Dataset Information


Diversity and Toxigenicity of Fungi that Cause Pineapple Fruitlet Core Rot.

ABSTRACT: The identity of the fungi responsible for fruitlet core rot (FCR) disease in pineapple has been the subject of investigation for some time. This study describes the diversity and toxigenic potential of fungal species causing FCR in La Reunion, an island in the Indian Ocean. One-hundred-and-fifty fungal isolates were obtained from infected and healthy fruitlets on Reunion Island and exclusively correspond to two genera of fungi: Fusarium and Talaromyces. The genus Fusarium made up 79% of the isolates, including 108 F. ananatum, 10 F. oxysporum, and one F. proliferatum. The genus Talaromyces accounted for 21% of the isolated fungi, which were all Talaromyces stollii.
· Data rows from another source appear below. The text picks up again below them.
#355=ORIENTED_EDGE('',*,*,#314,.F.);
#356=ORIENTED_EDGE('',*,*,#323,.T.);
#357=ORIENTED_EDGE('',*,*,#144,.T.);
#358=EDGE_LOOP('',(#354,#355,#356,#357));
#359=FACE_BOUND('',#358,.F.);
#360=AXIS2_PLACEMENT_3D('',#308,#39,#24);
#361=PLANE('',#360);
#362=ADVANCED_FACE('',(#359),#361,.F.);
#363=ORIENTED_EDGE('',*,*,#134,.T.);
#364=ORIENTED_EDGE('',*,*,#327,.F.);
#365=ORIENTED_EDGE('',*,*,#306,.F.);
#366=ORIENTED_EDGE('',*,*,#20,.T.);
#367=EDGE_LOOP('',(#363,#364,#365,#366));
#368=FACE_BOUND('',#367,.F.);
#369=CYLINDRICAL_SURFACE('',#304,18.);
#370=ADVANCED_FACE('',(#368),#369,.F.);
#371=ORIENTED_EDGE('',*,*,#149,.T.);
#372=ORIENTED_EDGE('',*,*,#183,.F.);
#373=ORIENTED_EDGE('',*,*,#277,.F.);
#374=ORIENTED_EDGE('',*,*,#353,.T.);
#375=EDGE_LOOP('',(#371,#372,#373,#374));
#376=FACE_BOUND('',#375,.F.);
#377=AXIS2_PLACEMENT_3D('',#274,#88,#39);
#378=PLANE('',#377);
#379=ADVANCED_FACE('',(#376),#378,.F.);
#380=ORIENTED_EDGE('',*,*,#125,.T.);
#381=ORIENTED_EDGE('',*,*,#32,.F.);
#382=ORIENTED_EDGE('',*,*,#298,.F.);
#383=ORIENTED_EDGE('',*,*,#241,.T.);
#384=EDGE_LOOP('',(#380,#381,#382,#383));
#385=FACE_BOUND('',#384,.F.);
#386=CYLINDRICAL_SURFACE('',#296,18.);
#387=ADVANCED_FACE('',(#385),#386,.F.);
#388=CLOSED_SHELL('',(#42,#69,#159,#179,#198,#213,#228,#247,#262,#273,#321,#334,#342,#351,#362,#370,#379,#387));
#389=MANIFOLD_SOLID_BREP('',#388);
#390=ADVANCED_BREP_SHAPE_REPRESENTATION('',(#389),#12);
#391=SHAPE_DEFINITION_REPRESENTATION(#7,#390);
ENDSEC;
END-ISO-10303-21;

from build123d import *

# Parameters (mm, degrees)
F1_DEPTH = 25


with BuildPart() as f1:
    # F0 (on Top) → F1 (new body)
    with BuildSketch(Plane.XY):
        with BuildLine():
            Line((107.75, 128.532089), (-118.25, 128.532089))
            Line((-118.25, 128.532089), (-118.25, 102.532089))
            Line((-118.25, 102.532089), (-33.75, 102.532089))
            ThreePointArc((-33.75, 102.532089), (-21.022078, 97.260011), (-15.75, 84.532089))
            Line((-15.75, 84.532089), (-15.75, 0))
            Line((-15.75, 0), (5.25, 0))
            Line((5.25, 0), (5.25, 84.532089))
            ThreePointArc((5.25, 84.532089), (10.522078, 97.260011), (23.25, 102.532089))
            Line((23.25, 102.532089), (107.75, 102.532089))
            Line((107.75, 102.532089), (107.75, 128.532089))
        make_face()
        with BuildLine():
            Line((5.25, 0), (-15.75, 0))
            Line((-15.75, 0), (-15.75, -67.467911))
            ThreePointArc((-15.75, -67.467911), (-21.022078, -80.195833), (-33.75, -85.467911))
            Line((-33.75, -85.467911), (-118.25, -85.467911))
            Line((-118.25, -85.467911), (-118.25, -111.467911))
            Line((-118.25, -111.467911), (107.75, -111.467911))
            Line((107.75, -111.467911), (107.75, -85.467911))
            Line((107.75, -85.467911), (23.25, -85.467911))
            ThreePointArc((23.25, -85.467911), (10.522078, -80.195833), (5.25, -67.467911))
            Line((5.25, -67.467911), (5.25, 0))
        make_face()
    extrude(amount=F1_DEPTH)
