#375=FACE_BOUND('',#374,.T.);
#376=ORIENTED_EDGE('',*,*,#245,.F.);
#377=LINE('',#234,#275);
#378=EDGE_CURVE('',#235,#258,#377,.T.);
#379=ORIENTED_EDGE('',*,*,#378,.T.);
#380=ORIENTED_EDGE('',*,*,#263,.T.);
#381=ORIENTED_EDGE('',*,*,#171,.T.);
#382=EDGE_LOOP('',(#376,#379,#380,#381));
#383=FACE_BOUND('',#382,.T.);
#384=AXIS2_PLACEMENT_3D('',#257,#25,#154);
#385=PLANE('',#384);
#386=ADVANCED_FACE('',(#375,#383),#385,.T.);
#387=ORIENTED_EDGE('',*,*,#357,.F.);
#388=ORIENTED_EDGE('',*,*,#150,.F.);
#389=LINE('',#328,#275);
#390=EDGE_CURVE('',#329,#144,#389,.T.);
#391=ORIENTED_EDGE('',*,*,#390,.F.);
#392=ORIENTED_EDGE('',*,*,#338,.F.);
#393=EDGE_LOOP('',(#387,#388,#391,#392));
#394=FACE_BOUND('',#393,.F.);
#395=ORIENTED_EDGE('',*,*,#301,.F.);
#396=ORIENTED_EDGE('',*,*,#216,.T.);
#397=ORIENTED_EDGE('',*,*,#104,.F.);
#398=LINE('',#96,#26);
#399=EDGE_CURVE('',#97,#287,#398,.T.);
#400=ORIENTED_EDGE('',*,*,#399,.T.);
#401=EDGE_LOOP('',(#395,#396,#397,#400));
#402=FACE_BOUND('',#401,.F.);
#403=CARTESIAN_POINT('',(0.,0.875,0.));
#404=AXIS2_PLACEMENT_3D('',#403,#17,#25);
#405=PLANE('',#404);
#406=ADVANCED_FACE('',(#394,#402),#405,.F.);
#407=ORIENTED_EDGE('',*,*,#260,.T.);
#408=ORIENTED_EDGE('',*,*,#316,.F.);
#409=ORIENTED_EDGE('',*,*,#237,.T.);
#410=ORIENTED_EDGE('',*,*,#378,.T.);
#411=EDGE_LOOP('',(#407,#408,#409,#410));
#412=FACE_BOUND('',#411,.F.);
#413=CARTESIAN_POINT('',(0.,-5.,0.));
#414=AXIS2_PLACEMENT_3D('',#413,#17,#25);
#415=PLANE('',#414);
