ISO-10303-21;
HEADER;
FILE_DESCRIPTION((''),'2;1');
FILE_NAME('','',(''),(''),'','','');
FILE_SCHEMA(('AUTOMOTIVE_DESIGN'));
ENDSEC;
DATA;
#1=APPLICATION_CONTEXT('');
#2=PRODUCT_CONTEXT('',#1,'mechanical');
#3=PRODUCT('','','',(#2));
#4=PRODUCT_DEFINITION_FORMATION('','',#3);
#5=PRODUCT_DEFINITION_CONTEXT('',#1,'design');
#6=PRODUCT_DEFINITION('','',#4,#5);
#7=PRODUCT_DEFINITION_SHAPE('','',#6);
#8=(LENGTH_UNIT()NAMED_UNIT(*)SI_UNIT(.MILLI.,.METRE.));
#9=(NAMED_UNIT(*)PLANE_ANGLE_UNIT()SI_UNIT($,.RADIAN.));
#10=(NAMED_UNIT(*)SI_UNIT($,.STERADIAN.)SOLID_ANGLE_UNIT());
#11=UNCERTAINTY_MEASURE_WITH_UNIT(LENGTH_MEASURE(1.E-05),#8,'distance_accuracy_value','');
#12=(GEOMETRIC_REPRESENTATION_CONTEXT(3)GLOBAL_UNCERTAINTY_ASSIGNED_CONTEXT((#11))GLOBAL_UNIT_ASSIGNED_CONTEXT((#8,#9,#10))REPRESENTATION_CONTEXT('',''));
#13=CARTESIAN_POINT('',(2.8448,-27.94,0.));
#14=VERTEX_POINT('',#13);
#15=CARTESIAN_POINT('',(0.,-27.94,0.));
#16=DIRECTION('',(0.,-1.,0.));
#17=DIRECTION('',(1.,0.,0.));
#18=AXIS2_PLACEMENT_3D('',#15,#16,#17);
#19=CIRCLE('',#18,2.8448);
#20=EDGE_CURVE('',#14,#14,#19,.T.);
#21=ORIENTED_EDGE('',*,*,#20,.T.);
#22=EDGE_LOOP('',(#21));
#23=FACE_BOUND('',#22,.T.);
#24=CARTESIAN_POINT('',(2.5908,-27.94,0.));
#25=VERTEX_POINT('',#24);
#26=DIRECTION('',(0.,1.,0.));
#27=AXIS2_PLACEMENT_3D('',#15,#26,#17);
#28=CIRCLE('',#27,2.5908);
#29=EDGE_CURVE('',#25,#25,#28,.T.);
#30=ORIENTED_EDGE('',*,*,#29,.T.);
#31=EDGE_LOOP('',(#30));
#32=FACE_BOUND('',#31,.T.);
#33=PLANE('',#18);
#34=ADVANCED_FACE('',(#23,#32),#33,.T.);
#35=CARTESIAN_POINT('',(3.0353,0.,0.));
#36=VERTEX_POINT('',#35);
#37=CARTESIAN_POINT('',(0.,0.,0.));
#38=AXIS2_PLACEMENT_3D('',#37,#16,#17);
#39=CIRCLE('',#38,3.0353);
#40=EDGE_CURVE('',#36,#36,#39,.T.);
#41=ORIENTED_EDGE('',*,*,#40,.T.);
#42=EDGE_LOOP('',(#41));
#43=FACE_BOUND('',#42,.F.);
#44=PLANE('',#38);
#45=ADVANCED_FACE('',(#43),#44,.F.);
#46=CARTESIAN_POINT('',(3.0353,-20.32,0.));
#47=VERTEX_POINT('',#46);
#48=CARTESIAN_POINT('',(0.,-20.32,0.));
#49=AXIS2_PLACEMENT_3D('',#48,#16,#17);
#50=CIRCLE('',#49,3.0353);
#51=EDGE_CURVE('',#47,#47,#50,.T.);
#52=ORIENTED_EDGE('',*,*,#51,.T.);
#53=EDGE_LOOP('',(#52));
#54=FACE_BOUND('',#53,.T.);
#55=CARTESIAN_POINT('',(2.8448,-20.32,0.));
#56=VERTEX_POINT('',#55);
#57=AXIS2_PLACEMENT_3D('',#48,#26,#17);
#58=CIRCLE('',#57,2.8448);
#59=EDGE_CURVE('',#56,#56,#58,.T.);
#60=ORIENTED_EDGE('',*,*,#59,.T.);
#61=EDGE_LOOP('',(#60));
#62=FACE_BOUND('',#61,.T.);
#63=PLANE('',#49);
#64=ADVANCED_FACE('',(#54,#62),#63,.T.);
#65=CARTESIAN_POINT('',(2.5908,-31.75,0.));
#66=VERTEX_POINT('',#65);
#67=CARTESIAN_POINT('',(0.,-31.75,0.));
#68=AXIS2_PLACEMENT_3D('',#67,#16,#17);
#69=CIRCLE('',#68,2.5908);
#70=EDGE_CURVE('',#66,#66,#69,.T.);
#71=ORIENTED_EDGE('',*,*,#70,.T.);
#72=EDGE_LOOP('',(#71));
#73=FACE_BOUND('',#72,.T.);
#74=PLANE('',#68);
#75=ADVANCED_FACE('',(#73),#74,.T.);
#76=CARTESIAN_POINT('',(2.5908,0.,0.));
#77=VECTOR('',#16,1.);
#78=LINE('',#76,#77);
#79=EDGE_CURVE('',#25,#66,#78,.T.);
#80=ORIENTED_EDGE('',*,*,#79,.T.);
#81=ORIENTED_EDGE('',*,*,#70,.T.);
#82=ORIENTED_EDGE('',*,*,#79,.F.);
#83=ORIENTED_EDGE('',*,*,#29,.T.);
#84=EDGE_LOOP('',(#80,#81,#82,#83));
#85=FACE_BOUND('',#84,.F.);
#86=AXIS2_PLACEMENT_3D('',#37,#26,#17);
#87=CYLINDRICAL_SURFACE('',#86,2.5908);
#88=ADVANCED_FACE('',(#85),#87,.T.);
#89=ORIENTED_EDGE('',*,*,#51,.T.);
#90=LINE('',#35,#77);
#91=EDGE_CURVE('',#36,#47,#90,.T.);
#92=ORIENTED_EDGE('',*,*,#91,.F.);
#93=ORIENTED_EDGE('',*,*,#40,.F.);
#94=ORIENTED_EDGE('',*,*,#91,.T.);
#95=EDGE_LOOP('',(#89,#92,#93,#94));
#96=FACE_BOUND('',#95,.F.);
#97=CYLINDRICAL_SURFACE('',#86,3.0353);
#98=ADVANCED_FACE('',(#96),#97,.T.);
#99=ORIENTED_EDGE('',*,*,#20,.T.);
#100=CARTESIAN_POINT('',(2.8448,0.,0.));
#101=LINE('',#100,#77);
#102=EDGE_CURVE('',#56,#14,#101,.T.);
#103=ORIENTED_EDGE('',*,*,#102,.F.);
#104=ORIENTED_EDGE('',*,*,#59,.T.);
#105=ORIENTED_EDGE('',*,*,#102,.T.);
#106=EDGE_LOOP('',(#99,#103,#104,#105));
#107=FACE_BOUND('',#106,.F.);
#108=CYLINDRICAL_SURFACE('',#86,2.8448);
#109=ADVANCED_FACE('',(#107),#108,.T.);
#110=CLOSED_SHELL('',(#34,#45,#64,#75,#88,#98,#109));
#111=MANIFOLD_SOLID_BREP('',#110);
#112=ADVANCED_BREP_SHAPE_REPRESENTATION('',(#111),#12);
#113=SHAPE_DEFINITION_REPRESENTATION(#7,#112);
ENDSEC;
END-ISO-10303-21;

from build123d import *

# Parameters (mm, degrees)
F0_R     = 2.5908
F3_DEPTH = 31.75
F1_R     = 2.8448
F4_DEPTH = 27.94
F2_R     = 3.0353
F5_DEPTH = 20.32


with BuildPart() as f3:
    # F0 (on Front) → F3 (new body)
    with BuildSketch(Plane.XZ):
        Circle(F0_R)
    extrude(amount=F3_DEPTH)

    # F1 (on Front) → F4 (join)
    with BuildSketch(Plane.XZ):
        Circle(F1_R)
    extrude(amount=F4_DEPTH)

    # F2 (on Front) → F5 (join)
    with BuildSketch(Plane.XZ):
        Circle(F2_R)
    extrude(amount=F5_DEPTH)


solid = f3.part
As the isolated fungal strains are potentially mycotoxigenic, identification and quantification of mycotoxins were carried out on naturally or artificially infected diseased fruits and under in vitro cultures of potential toxigenic isolates. Fumonisins B1 and B2 (FB1-FB2) and beauvericin (BEA) were found in infected fruitlets of pineapple and in the culture media of Fusarium species. Regarding the induction of mycotoxin in vitro, F. proliferatum produced 182 mg kg⁻1 of FB1 and F. oxysporum produced 192 mg kg⁻1 of BEA. These results provide a better understanding of the causal agents of FCR and their potential risk to pineapple consumers.